27301 looks similar to what the first one trips, but passing pointers as suggested by #3 there is not a panacea - testcases 4 and 5 actually deal with that variant. It really looks as if part (but not all) information about the type dies when we leave the scope and we end up stepping into that when working with object afterwards. testcase 2 and 3 are a front-end issue as far as I can tell:
in .orginal:
int n = 0; // not there for 2 which causes the ICE
return (int) ((long unsigned int) SAVE_EXPR <n> * 4);
Confirmed with today's top of trunk (7.0). It might be worthwhile to break up the test cases into individual bugs.
$ (set -x && cat t.c && for n in 1 2 3 4 5; do gcc -DTEST=$n -O2 -S -Wall -Wextra -Wpedantic -fdump-tree-optimized=/dev/stdout t.c; done)
+ cat t.c
#if TEST == 1
int foo(int n) // should not ICE
{
return ({struct {int x[n];} x; x.x[12] = 1; x;}).x[12];
}
#elif TEST == 2
int foo(void) // should not ICE
{
return sizeof({int n = 20; struct {int x[n];} x; x.x[12] = 1; x;});
}
#elif TEST == 3
int foo(void) // should not return 0
{
int n = 0;
return sizeof({n = 10; struct {int x[n];} x; x;});
}
#elif TEST == 4
int foo(void) // should not ICE
{
return (*({
int n = 20;
char (*x)[n][n] = __builtin_malloc(n * n);
(*x)[12][1] = 1;
x;
}))[12][1];
}
#elif TEST == 5
int foo(void) // should return 1, returns 0
{
int n = 0;
return (*({
n = 20;
char (*x)[n][n] = __builtin_malloc(n * n);
(*x)[12][1] = 1;
(*x)[0][1] = 0;
x;
}))[12][1];
}
#endif
+ for n in 1 2 3 4 5
+ gcc -DTEST=1 -O2 -S -Wall -Wextra -Wpedantic -fdump-tree-optimized=/dev/stdout t.c
t.c: In function ‘foo’:
t.c:4:30: warning: a member of a structure or union cannot have a variably modified type [-Wpedantic]
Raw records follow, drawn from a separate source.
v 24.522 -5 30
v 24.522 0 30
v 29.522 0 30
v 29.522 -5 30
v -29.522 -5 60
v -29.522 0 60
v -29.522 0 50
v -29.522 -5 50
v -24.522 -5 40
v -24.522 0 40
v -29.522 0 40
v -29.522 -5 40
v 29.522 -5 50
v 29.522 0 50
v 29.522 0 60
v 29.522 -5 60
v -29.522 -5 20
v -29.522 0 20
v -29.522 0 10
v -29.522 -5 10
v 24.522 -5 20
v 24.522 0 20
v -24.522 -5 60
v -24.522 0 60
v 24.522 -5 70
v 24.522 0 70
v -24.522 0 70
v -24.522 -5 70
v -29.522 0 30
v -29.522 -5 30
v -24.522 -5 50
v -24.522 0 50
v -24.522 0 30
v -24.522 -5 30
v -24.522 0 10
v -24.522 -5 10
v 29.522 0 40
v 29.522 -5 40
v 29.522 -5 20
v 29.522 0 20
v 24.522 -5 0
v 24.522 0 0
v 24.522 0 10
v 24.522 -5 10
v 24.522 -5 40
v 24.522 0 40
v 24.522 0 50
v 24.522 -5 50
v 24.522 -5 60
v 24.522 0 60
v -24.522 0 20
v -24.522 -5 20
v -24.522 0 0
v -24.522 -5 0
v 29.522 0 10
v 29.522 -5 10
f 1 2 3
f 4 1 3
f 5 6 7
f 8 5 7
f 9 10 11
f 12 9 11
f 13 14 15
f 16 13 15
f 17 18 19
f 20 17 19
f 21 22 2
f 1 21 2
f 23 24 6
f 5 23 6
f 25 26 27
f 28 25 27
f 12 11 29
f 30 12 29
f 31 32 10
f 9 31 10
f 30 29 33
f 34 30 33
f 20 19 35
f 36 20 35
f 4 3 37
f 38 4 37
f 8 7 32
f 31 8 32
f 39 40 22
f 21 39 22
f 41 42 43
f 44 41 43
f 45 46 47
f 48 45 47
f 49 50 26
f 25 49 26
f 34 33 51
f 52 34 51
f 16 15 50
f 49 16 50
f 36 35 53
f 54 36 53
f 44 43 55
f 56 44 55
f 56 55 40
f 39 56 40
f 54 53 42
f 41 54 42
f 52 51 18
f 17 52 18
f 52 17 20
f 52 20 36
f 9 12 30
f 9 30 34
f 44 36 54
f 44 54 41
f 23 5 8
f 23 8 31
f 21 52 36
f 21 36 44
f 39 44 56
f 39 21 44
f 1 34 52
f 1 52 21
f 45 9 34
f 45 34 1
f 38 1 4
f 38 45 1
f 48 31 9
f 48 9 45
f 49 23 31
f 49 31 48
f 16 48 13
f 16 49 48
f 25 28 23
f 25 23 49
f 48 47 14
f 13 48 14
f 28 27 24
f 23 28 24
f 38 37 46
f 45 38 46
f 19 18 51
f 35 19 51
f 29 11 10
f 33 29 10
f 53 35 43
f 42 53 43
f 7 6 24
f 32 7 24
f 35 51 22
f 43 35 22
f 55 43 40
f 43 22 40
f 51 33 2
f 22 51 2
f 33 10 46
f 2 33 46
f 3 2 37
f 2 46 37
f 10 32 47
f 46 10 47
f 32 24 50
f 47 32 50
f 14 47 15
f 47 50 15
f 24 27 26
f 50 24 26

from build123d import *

# Parameters (mm, degrees)
F1_DEPTH = 5


with BuildPart() as f1:
    # F0 (on Front) → F1 (new body)
    with BuildSketch(Plane.XZ):
        Polygon((0, 0), (0, 70), (-24.521741, 70), (-24.521741, 60), (-29.521741, 60), (-29.521741, 50), (-24.521741, 50), (-24.521741, 40), (-29.521741, 40), (-29.521741, 30), (-24.521741, 30), (-24.521741, 20), (-29.521741, 20), (-29.521741, 10), (-24.521741, 10), (-24.521741, 0), align=None)
        Polygon((24.521741, 70), (0, 70), (0, 0), (24.521741, 0), (24.521741, 10), (29.521741, 10), (29.521741, 20), (24.521741, 20), (24.521741, 30), (29.521741, 30), (29.521741, 40), (24.521741, 40), (24.521741, 50), (29.521741, 50), (29.521741, 60), (24.521741, 60), align=None)
    extrude(amount=F1_DEPTH)


solid = f1.part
return ({struct {int x[n];} x; x.x[12] = 1; x;}).x[12];
^
t.c:4:16: warning: ISO C forbids braced-groups within expressions [-Wpedantic]
return ({struct {int x[n];} x; x.x[12] = 1; x;}).x[12];
^
;; Function foo (foo, funcdef_no=0, decl_uid=1795, cgraph_uid=0, symbol_order=0)
foo (int n)
{
struct
{
int x[0:D.1807];
} * x.1;
struct
{
int x[0:D.1807];
} * D.1814;
sizetype _1;
sizetype _2;
int _16;
<bb 2> [100.00%]:
_1 = (sizetype) n_3(D);
_2 = _1 * 4;
_8 = __builtin_alloca_with_align (_2, 32);
x.1_12 = __builtin_alloca_with_align (_2, 32);
x.1_12->x[12] = 1;
__builtin_memcpy (_8, x.1_12, _2);
_16 = _8->x[12];
return _16;
}
+ for n in 1 2 3 4 5
+ gcc -DTEST=2 -O2 -S -Wall -Wextra -Wpedantic -fdump-tree-optimized=/dev/stdout t.c
t.c: In function ‘foo’:
t.c:9:48: warning: a member of a structure or union cannot have a variably modified type [-Wpedantic]
return sizeof({int n = 20; struct {int x[n];} x; x.x[12] = 1; x;});
^
t.c:9:22: warning: ISO C forbids braced-groups within expressions [-Wpedantic]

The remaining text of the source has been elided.